# What happens when that "magic" is gone?



## peeyaj (Nov 17, 2010)

What happens when you have become disillusioned to your favorite composer or a classical piece? Your initial enthusiasm becomes lukewarmness and wariness.. The magic is gone! Nada.. It can also happen when you are so in love with Romantic era of music, and now loathes it because of Modern music..


Take for example, COAG and Ligeti.. Ligeti's music become the preoccupation of COAG for several months, now he was over with him and now Sibelius is his favorite composer..(COAG, I love you,, you know that!!) 

(I dread the day when I become tired of music of Schubert.. But I think, It will be a very very long time...)

Thoughts?


----------



## hello (Apr 5, 2013)

I remember when I first heard Reich (Different Trains was my introduction) I was amazed. I had never heard music like it before. Unfortunately, my amazement eventually wore off. I still like him a lot, but not as much as I used to.


----------



## Kieran (Aug 24, 2010)

I think this could be a natural course. We don't owe composers any loyalty so if we exhaust their repertoire, we move on. I think most of us here have a favourite composer but we also have other composers who we love too. The great thing is, they're not competing with each other. Also, it isn't a moral failing to get over a composer. 

I often describe Mozart as my home key, and I always return to the home key. But that's what I like now and there's still so much to explore. If I feel like I'm repeating myself with him, putting on the disc and forgetting about it, then it's time for a change. I used to be a Bob Dylan obsessive when I was a teenager, you know?
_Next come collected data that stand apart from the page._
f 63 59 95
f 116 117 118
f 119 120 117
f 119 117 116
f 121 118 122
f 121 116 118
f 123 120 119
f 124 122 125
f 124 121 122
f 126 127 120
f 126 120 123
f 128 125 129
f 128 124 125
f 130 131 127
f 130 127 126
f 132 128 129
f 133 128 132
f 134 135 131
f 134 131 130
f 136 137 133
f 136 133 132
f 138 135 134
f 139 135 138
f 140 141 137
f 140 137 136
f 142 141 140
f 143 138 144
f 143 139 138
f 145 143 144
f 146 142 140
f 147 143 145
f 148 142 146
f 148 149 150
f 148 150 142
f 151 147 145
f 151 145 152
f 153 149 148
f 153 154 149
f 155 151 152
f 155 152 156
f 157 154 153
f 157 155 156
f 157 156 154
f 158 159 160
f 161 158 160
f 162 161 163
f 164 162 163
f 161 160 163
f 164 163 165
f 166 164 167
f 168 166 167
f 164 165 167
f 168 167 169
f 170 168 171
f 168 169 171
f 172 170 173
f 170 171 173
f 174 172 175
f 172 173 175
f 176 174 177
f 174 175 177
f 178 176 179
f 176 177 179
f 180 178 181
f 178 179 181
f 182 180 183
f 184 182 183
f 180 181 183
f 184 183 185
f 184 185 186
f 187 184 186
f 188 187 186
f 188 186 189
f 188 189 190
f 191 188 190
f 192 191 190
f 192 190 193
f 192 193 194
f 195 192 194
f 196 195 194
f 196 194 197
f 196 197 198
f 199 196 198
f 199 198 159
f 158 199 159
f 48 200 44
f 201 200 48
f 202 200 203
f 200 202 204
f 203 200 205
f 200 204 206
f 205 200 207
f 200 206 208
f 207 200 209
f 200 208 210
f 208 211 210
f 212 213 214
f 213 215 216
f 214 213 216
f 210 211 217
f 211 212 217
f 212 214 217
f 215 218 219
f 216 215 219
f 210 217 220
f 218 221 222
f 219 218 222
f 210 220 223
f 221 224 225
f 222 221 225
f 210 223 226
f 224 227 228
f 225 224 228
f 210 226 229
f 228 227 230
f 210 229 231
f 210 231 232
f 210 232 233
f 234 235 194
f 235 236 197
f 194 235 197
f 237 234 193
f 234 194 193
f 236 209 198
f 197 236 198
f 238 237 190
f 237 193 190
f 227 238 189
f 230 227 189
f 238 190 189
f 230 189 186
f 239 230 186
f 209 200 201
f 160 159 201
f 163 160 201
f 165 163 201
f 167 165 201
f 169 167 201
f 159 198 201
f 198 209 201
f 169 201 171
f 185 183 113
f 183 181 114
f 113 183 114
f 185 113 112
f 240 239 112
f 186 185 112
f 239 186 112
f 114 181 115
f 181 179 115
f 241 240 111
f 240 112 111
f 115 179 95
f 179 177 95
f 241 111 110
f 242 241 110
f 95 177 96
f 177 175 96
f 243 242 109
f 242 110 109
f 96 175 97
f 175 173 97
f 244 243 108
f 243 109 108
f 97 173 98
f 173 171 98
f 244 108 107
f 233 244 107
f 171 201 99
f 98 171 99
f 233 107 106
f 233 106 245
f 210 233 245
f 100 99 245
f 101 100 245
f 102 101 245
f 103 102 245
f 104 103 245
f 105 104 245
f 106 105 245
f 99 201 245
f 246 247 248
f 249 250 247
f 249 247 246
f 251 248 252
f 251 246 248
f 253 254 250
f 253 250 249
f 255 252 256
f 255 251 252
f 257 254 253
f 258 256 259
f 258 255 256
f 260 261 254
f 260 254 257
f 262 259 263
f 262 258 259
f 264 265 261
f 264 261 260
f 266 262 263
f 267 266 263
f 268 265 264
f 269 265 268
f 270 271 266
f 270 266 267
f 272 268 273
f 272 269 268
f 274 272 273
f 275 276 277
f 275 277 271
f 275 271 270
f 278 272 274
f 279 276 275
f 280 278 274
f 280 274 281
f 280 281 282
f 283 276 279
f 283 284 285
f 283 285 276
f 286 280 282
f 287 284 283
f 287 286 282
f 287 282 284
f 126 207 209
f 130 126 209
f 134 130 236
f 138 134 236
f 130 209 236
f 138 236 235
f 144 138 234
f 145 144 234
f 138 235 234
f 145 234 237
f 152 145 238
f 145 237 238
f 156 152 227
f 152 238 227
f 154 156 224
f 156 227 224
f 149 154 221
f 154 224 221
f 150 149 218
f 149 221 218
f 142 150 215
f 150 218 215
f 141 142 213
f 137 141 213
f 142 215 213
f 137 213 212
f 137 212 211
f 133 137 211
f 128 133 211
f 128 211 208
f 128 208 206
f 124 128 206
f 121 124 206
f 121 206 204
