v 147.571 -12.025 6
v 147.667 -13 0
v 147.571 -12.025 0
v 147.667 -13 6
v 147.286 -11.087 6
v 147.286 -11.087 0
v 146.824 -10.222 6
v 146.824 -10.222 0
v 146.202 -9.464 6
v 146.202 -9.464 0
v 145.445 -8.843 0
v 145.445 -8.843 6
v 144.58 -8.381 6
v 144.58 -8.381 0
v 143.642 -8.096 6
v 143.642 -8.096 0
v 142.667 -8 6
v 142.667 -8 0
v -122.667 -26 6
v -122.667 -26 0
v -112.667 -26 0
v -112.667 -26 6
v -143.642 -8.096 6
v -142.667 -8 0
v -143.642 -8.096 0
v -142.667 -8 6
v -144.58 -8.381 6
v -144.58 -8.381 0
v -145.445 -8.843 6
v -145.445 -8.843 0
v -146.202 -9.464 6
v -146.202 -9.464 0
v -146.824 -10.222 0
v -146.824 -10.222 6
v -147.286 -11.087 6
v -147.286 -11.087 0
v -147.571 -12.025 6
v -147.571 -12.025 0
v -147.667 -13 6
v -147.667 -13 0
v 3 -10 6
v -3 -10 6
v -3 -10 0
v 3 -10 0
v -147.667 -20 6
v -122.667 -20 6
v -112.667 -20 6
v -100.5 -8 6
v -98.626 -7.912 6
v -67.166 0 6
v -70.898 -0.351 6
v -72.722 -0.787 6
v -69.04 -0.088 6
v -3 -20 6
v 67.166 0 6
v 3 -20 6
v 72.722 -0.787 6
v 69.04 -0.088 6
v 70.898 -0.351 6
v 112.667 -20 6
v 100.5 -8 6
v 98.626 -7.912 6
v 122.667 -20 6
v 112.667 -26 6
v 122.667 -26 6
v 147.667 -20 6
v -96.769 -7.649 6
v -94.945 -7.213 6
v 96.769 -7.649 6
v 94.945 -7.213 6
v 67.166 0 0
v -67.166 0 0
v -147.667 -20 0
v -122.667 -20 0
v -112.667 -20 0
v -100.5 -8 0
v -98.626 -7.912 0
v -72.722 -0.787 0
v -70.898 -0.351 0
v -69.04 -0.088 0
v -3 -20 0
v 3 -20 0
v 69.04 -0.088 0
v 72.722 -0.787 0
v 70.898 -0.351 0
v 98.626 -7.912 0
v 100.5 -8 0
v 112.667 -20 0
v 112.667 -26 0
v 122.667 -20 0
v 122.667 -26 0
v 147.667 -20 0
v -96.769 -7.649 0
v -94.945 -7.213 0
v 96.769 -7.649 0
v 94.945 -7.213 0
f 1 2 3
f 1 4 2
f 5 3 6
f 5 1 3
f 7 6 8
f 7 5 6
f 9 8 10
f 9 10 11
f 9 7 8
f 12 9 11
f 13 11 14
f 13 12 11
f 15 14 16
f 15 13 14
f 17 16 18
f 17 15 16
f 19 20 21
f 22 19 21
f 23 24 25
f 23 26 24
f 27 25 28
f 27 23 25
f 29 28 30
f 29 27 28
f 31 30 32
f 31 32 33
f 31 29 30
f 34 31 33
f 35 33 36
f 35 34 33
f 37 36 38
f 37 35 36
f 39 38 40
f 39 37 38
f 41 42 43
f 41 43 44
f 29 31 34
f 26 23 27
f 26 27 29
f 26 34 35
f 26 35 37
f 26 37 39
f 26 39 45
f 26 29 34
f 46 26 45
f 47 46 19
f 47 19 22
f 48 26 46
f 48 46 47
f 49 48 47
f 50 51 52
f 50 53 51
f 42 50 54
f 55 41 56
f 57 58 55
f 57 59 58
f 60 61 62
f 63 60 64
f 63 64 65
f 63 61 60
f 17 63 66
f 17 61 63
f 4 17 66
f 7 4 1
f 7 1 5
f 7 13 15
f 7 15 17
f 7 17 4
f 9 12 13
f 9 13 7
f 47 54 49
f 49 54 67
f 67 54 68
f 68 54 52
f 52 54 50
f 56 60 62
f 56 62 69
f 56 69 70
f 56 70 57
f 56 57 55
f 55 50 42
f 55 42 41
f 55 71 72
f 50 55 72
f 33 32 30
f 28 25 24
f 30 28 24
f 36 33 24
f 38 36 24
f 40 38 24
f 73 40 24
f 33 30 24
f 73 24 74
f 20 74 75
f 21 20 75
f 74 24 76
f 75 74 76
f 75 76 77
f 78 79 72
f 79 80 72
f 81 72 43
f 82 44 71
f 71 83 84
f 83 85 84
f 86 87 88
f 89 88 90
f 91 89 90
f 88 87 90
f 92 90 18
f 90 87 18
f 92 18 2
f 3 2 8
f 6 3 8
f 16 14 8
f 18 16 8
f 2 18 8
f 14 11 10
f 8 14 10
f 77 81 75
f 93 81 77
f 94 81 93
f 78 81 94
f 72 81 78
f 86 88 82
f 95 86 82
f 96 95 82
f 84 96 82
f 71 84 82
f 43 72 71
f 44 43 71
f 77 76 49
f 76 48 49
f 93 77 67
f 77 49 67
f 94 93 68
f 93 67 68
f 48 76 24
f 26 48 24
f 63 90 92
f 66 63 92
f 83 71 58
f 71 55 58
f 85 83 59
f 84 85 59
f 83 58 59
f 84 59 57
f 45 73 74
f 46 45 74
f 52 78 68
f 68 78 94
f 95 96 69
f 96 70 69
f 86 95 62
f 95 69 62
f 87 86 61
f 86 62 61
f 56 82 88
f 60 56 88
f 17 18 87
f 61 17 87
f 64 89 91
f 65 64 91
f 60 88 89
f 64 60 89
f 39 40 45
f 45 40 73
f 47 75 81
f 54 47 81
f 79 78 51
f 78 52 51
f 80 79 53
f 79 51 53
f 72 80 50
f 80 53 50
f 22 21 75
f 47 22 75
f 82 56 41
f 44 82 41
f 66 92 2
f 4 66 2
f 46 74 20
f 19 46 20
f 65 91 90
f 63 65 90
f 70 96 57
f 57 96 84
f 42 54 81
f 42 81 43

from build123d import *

# Parameters (mm, degrees)
BOSS_EXTRUDE1_DEPTH     = 6
FILLET1_R               = 5
FILLET2_R               = 20
SKETCH2_W               = 6
SKETCH2_H               = 10
CUT_EXTRUDE1_DEPTH      = 1
CUT_EXTRUDE1_DEPTH_BACK = 7


with BuildPart() as part:
    # Sketch1 → Boss-Extrude1 (new body)
    with BuildSketch(Plane.XY):
        Polygon((70, 0), (-70, 0), (-97.66666667, -8), (-147.66666667, -8), (-147.66666667, -20), (-122.66666667, -20), (-122.66666667, -26), (-112.66666667, -26), (-112.66666667, -20), (112.66666667, -20), (112.66666667, -26), (122.66666667, -26), (122.66666667, -20), (147.66666667, -20), (147.66666667, -8), (97.66666667, -8), align=None)
    extrude(amount=BOSS_EXTRUDE1_DEPTH)

    # Fillet1
    fillet1_edges = [part.edges().sort_by_distance(p)[0] for p in [
        (-147.66666667, -8, 3),
        (147.66666667, -8, 3),
    ]]
    fillet(fillet1_edges, radius=FILLET1_R)

    # Fillet2
    fillet2_edges = [part.edges().sort_by_distance(p)[0] for p in [
        (-97.66666667, -8, 3),
        (-70, 0, 3),
        (70, 0, 3),
        (97.66666667, -8, 3),
    ]]
    fillet(fillet2_edges, radius=FILLET2_R)

    # Sketch2 → Cut-Extrude1 (cut, two sides)
    with BuildSketch(Plane.XY.offset(6)) as cut_extrude1_sk:
        with Locations((0, -15)):
            Rectangle(SKETCH2_W, SKETCH2_H)
    extrude(amount=CUT_EXTRUDE1_DEPTH, mode=Mode.SUBTRACT)
    extrude(cut_extrude1_sk.sketch, amount=-CUT_EXTRUDE1_DEPTH_BACK, mode=Mode.SUBTRACT)


solid = part.part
Now I buy a new cd from Bob, like it, and in a very smooth transition find myself back in my home key...


----------



## ComposerOfAvantGarde (Dec 2, 2011)

Before I joined TC I was Michael Nyman obsessed...I listened to _nothing_ but Musique à Grande Vitesse for two and a half months, and before that I couldn't get enough of things like Water Dances, And Do They Do, his film scores for Peter Greenaway films...I can still listen to MGV and the magic is still there but I often take it in smaller doses nowadays. I don't think the magic wore off with Michael Nyman, it's more that I discovered new stuff...

I was preoccupied with Ligeti for too long....much too long... :lol:

I think the secret for me is becoming obsessed with one composer and listening to them all the time and become really familiar with their style so that later when I don't listen to them as much, the nostalgia is also part of the magic.


----------



## Art Rock (Nov 28, 2009)

In close to 30 years of listening to classical music, this has never happened to me. Of course, I do not overplay any composer or pieces - even my favourites I have probably not listened to more than 10-20 times, preferring to explore new composers or new works of composers I know.


----------



## sharik (Jan 23, 2013)

peeyaj said:


> What happens when you have become disillusioned to your favorite composer or a classical piece?


its temporary, its gone if you try a different performing of the same piece or composer.


----------



## deggial (Jan 20, 2013)

peeyaj said:


> What happens when you have become disillusioned to your favorite composer or a classical piece? Your initial enthusiasm becomes lukewarmness and wariness.. The magic is gone! Nada.. It can also happen when you are so in love with Romantic era of music, and now loathes it because of Modern music..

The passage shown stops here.